Pois foi disso que me dei conta. A minha autoconfiança não poderia ser construída por mais ninguém que não por mim mesma no trato sério com as minhas necessidades, com a minha essência natural, com a minha aparência, com o que me realiza e com a seriedade no lido de tudo o que me compromete comigo mesma.

Outro dia levei um baque. Uma situação financeira e profissional. Em ato contínuo minha saúde me golpeou também. Tudo junto. E eu me vulnerabilizei… Por alguns dias me bateu aquele natural desespero de quem não sabe se consegue virar o jogo, fazer de novo, recomeçar, atravessar. Pois talvez me faltasse força, já que fui abatida por mais de um golpe.

Foi quando uma amiga querida tomou comigo um café e me lembrou do tanto de vezes que eu recomecei. Do quanto conheço esse caminho do levantar. Do quanto já dei conta mais vezes do que os meus dedos poderiam contar. Do quanto já foi desafiador atravessar túneis quando na minha mochila eu tinha muito menos do que tenho hoje. Corri para os meus textos mais agudos. E por eles fui lembrada do que embasa a minha autoconfiança, o que a sustenta. O fato de eu já ter cumprido comigo e com os que eu amo tantas vezes. O fato de que eu posso realmente confiar em mim pelo que eu já fiz, já provei a mim mesma, já construí de sólido e seguro no meu interior de forma que transbordou para fora, dissolvendo inseguranças e criando alternativas aqui e ali. Pois posso confiar em mim, já que, mesmo tendo me “abandonado” algumas vezes, no exercício de alguns dos meus papéis e da minha própria existência, jamais deixei de voltar e me resgatar, por consciência ou por necessidade.
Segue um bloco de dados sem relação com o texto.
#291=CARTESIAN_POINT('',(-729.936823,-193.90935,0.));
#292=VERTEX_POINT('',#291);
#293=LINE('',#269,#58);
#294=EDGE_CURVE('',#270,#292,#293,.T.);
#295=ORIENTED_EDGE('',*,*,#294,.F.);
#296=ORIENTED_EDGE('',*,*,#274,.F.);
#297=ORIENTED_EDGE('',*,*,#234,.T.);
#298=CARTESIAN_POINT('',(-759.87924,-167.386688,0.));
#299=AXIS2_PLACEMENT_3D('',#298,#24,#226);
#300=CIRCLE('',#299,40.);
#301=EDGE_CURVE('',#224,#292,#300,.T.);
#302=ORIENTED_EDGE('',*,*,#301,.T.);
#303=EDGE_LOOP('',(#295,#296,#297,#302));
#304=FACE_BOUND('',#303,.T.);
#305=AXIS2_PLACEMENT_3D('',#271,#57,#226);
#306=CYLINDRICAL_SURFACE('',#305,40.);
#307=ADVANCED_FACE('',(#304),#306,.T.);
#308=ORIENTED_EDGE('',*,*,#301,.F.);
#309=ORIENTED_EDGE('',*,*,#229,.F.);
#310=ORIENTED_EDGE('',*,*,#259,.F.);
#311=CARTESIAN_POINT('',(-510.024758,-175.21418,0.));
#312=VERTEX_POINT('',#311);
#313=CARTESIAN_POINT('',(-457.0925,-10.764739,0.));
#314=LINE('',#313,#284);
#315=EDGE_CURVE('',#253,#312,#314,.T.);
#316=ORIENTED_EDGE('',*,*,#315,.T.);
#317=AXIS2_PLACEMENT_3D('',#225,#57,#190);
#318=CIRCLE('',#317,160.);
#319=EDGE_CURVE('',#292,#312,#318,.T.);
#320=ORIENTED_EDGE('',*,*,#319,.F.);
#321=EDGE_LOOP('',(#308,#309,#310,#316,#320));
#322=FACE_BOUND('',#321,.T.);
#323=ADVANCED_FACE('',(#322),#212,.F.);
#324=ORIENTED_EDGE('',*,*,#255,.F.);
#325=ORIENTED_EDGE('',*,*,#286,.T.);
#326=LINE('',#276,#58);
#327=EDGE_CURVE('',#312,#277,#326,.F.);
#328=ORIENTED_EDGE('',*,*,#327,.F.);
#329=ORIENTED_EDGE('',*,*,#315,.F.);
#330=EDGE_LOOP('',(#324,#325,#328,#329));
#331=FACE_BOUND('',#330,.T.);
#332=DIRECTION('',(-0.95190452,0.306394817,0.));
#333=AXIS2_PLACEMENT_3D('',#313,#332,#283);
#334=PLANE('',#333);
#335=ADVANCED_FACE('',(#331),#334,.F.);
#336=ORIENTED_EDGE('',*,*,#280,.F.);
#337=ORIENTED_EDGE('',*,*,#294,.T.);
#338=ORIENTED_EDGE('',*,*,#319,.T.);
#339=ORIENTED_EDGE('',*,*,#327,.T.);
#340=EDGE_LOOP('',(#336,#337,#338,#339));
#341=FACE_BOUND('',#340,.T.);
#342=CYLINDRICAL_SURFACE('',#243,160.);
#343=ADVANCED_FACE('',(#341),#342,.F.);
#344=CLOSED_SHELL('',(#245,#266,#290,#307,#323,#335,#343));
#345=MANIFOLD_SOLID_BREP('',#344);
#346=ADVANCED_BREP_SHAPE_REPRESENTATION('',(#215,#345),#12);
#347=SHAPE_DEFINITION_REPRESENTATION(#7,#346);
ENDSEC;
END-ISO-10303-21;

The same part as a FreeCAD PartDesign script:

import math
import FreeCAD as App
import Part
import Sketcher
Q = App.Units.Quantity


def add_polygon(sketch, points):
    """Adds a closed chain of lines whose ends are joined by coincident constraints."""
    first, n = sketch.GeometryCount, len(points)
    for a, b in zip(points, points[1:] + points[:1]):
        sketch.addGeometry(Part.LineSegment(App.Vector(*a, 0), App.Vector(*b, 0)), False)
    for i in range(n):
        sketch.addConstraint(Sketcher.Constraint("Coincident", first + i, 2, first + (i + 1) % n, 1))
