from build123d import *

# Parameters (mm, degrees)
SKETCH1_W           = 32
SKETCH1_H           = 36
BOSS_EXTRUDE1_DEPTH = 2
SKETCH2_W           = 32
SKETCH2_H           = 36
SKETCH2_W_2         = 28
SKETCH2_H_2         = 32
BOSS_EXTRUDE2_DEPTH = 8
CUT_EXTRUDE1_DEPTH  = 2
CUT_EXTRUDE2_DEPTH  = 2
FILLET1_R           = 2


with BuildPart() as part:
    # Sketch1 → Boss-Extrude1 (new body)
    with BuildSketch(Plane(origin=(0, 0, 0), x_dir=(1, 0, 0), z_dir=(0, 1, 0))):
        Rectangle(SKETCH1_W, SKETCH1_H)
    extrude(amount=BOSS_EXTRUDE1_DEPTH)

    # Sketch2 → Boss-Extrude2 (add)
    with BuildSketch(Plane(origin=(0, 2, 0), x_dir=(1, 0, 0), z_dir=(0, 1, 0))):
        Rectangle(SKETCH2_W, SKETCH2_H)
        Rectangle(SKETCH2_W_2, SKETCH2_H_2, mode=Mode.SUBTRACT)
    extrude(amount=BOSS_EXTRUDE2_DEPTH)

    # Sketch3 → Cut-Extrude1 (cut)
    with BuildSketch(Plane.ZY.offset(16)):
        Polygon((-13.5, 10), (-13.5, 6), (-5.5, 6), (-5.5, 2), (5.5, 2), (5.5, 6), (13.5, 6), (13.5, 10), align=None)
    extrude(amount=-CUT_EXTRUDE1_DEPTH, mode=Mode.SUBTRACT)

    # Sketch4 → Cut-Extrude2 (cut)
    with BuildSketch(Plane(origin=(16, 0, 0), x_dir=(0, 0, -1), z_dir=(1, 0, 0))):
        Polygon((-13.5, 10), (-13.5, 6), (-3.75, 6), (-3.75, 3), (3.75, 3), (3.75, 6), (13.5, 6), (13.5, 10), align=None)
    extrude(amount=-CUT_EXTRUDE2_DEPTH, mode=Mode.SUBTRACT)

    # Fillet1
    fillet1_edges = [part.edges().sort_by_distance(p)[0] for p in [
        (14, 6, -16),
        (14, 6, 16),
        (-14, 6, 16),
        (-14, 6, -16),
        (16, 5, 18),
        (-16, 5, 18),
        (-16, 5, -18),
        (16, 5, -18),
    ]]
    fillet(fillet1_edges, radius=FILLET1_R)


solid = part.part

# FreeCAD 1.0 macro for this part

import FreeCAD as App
import Part
import Sketcher
from FreeCAD import Vector


def edges_at(feature, points):
    """Names of the edges that pass closest to the given points."""
    edges = feature.Shape.Edges
    near = lambda p: min(range(len(edges)), key=lambda i: edges[i].distToShape(Part.Vertex(*p))[0])
    return sorted({f"Edge{near(p) + 1}" for p in points})


def add_polygon(sketch, points):
    """Adds a closed chain of lines whose ends are joined by coincident constraints."""
    first, n = sketch.GeometryCount, len(points)
    for a, b in zip(points, points[1:] + points[:1]):
        sketch.addGeometry(Part.LineSegment(App.Vector(*a, 0), App.Vector(*b, 0)), False)
    for i in range(n):
        sketch.addConstraint(Sketcher.Constraint("Coincident", first + i, 2, first + (i + 1) % n, 1))

doc = App.newDocument("Part")
params = doc.addObject("Spreadsheet::Sheet", "Params")
for row, (alias, value) in enumerate([
    ("sketch1_width", "32 mm"),
    ("sketch1_height", "36 mm"),
    ("pad1_length", "2 mm"),
    ("sketch2_width", "32 mm"),
    ("sketch2_width2", "28 mm"),
    ("sketch2_height", "36 mm"),
    ("pad2_length", "8 mm"),
    ("sketch3_width", "4 mm"),
    ("sketch3_height", "8 mm"),
    ("sketch3_height2", "11 mm"),
    ("pocket1_length", "2 mm"),
    ("sketch4_width", "4 mm"),
    ("sketch4_width2", "3 mm"),
    ("sketch4_height", "27 mm"),
    ("sketch4_height2", "7.5 mm"),
    ("pocket2_length", "2 mm"),
    ("fillet_radius", "2 mm"),
], start=1):
    params.set(f"A{row}", alias)
    params.set(f"B{row}", "=" + value)
    params.setAlias(f"B{row}", alias)

body = doc.addObject("PartDesign::Body", "Body")

# Sketch on XZ plane
sketch1 = doc.addObject("Sketcher::SketchObject", "Sketch")
body.addObject(sketch1)
sketch1.AttachmentSupport = (doc.XZ_Plane, [""])
sketch1.MapMode = "FlatFace"
add_polygon(sketch1, [(-16, -18), (-16, 18), (16, 18), (16, -18)])  # lines 0-3
sketch1.addConstraint(Sketcher.Constraint("Vertical", 0))
sketch1.addConstraint(Sketcher.Constraint("Horizontal", 1))
sketch1.addConstraint(Sketcher.Constraint("Vertical", 2))
sketch1.addConstraint(Sketcher.Constraint("Horizontal", 3))
sketch1.addConstraint(Sketcher.Constraint("Symmetric", 0, 2, 2, 2, -1, 1))
sketch1.addConstraint(Sketcher.Constraint("DistanceX", 1, 1, 1, 2, 32.0))
sketch1.addConstraint(Sketcher.Constraint("DistanceY", 0, 1, 0, 2, 36.0))
sketch1.setExpression("Constraints[9]", "Params.sketch1_width")
sketch1.setExpression("Constraints[10]", "Params.sketch1_height")
pad1 = doc.addObject("PartDesign::Pad", "Pad")
body.addObject(pad1)
pad1.Profile = sketch1
pad1.setExpression("Length", "Params.pad1_length")
pad1.Reversed = True

# Sketch on XZ plane
sketch2 = doc.addObject("Sketcher::SketchObject", "Sketch001")
body.addObject(sketch2)
sketch2.AttachmentSupport = (doc.XZ_Plane, [""])
sketch2.MapMode = "FlatFace"
sketch2.AttachmentOffset = App.Placement(Vector(0, 0, -2), App.Rotation())
add_polygon(sketch2, [(-16, -18), (-16, 18), (16, 18), (16, -18)])  # lines 0-3
add_polygon(sketch2, [(14, 16), (-14, 16), (-14, -16), (14, -16)])  # lines 4-7
sketch2.addConstraint(Sketcher.Constraint("Vertical", 0))
sketch2.addConstraint(Sketcher.Constraint("Horizontal", 1))
sketch2.addConstraint(Sketcher.Constraint("Vertical", 2))
sketch2.addConstraint(Sketcher.Constraint("Horizontal", 3))
sketch2.addConstraint(Sketcher.Constraint("Horizontal", 4))
sketch2.addConstraint(Sketcher.Constraint("Vertical", 5))
sketch2.addConstraint(Sketcher.Constraint("Horizontal", 6))
sketch2.addConstraint(Sketcher.Constraint("Vertical", 7))
sketch2.addConstraint(Sketcher.Constraint("Symmetric", 0, 2, 2, 2, -1, 1))
sketch2.addConstraint(Sketcher.Constraint("Symmetric", 4, 2, 6, 2, -1, 1))
sketch2.addConstraint(Sketcher.Constraint("Equal", 3, 5))
sketch2.addConstraint(Sketcher.Constraint("DistanceX", 1, 1, 1, 2, 32.0))
sketch2.addConstraint(Sketcher.Constraint("DistanceX", 4, 2, 4, 1, 28.0))
sketch2.addConstraint(Sketcher.Constraint("DistanceY", 0, 1, 0, 2, 36.0))
sketch2.setExpression("Constraints[19]", "Params.sketch2_width")
sketch2.setExpression("Constraints[20]", "Params.sketch2_width2")
sketch2.setExpression("Constraints[21]", "Params.sketch2_height")
pad2 = doc.addObject("PartDesign::Pad", "Pad001")
body.addObject(pad2)
pad2.Profile = sketch2
pad2.setExpression("Length", "Params.pad2_length")
pad2.Reversed = True

# Sketch on YZ plane
sketch3 = doc.addObject("Sketcher::SketchObject", "Sketch002")
body.addObject(sketch3)
sketch3.AttachmentSupport = (doc.YZ_Plane, [""])
sketch3.MapMode = "FlatFace"
sketch3.AttachmentOffset = App.Placement(Vector(0, 0, -16), App.Rotation())
add_polygon(sketch3, [(10, -13.5), (6, -13.5), (6, -5.5), (2, -5.5), (2, 5.5), (6, 5.5), (6, 13.5), (10, 13.5)])  # lines 0-7
sketch3.addConstraint(Sketcher.Constraint("Horizontal", 0))
sketch3.addConstraint(Sketcher.Constraint("Vertical", 1))
sketch3.addConstraint(Sketcher.Constraint("Horizontal", 2))
sketch3.addConstraint(Sketcher.Constraint("Vertical", 3))
sketch3.addConstraint(Sketcher.Constraint("Horizontal", 4))
sketch3.addConstraint(Sketcher.Constraint("Vertical", 5))
sketch3.addConstraint(Sketcher.Constraint("Horizontal", 6))
sketch3.addConstraint(Sketcher.Constraint("Vertical", 7))
sketch3.addConstraint(Sketcher.Constraint("Symmetric", 1, 2, 4, 2, -1))
sketch3.addConstraint(Sketcher.Constraint("Equal", 0, 2))
sketch3.addConstraint(Sketcher.Constraint("Equal", 1, 5))
sketch3.addConstraint(Sketcher.Constraint("DistanceX", 0, 2, 0, 1, 4.0))
sketch3.addConstraint(Sketcher.Constraint("DistanceY", 1, 1, 1, 2, 8.0))
sketch3.addConstraint(Sketcher.Constraint("DistanceY", 3, 1, 3, 2, 11.0))
sketch3.addConstraint(Sketcher.Constraint("DistanceX", -1, 1, 0, 2, 6.0))
sketch3.setExpression("Constraints[19]", "Params.sketch3_width")
sketch3.setExpression("Constraints[20]", "Params.sketch3_height")
sketch3.setExpression("Constraints[21]", "Params.sketch3_height2")
pocket1 = doc.addObject("PartDesign::Pocket", "Pocket")
body.addObject(pocket1)
pocket1.Profile = sketch3
pocket1.setExpression("Length", "Params.pocket1_length")
pocket1.Reversed = True

# Sketch on YZ plane
sketch4 = doc.addObject("Sketcher::SketchObject", "Sketch003")
body.addObject(sketch4)
sketch4.AttachmentSupport = (doc.YZ_Plane, [""])
sketch4.MapMode = "FlatFace"
sketch4.AttachmentOffset = App.Placement(Vector(0, 0, 16), App.Rotation())
add_polygon(sketch4, [(10, 13.5), (6, 13.5), (6, 3.8), (3, 3.8), (3, -3.8), (6, -3.8), (6, -13.5), (10, -13.5)])  # lines 0-7
sketch4.addConstraint(Sketcher.Constraint("Horizontal", 0))
sketch4.addConstraint(Sketcher.Constraint("Vertical", 1))
sketch4.addConstraint(Sketcher.Constraint("Horizontal", 2))
sketch4.addConstraint(Sketcher.Constraint("Vertical", 3))
sketch4.addConstraint(Sketcher.Constraint("Horizontal", 4))
sketch4.addConstraint(Sketcher.Constraint("Vertical", 5))
sketch4.addConstraint(Sketcher.Constraint("Horizontal", 6))
sketch4.addConstraint(Sketcher.Constraint("Vertical", 7))
sketch4.addConstraint(Sketcher.Constraint("Symmetric", 1, 2, 4, 2, -1))
sketch4.addConstraint(Sketcher.Constraint("Equal", 1, 5))
sketch4.addConstraint(Sketcher.Constraint("DistanceX", 0, 2, 0, 1, 4.0))
sketch4.addConstraint(Sketcher.Constraint("DistanceX", 2, 2, 2, 1, 3.0))
sketch4.addConstraint(Sketcher.Constraint("DistanceY", 7, 1, 7, 2, 27.0))
sketch4.addConstraint(Sketcher.Constraint("DistanceY", 3, 2, 3, 1, 7.5))
sketch4.addConstraint(Sketcher.Constraint("DistanceX", -1, 1, 0, 2, 6.0))
sketch4.setExpression("Constraints[18]", "Params.sketch4_width")
sketch4.setExpression("Constraints[19]", "Params.sketch4_width2")
sketch4.setExpression("Constraints[20]", "Params.sketch4_height")
sketch4.setExpression("Constraints[21]", "Params.sketch4_height2")
pocket2 = doc.addObject("PartDesign::Pocket", "Pocket001")
body.addObject(pocket2)
pocket2.Profile = sketch4
pocket2.setExpression("Length", "Params.pocket2_length")
doc.recompute()

fillet = doc.addObject("PartDesign::Fillet", "Fillet")
body.addObject(fillet)
fillet.Base = (pocket2, edges_at(pocket2, [
    (14, 6, -16),
    (14, 6, 16),
    (-14, 6, 16),
    (-14, 6, -16),
    (16, 5, 18),
    (-16, 5, 18),
    (-16, 5, -18),
    (16, 5, -18),
]))
fillet.setExpression("Radius", "Params.fillet_radius")

doc.recompute()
Então, não é culpa de ninguém, querida. A presença de autoconfiança é um contrato sério e é você com você. Ou você cumpre e conquista a sua, ou você simplesmente não a terá. E essa é uma prerrogativa de todas as relações que desejamos genuinamente que deem certo na vida, que sejam ricas e sólidas.

A que se dá com você é para a vida toda… E então, está cumprindo com quem mais importa?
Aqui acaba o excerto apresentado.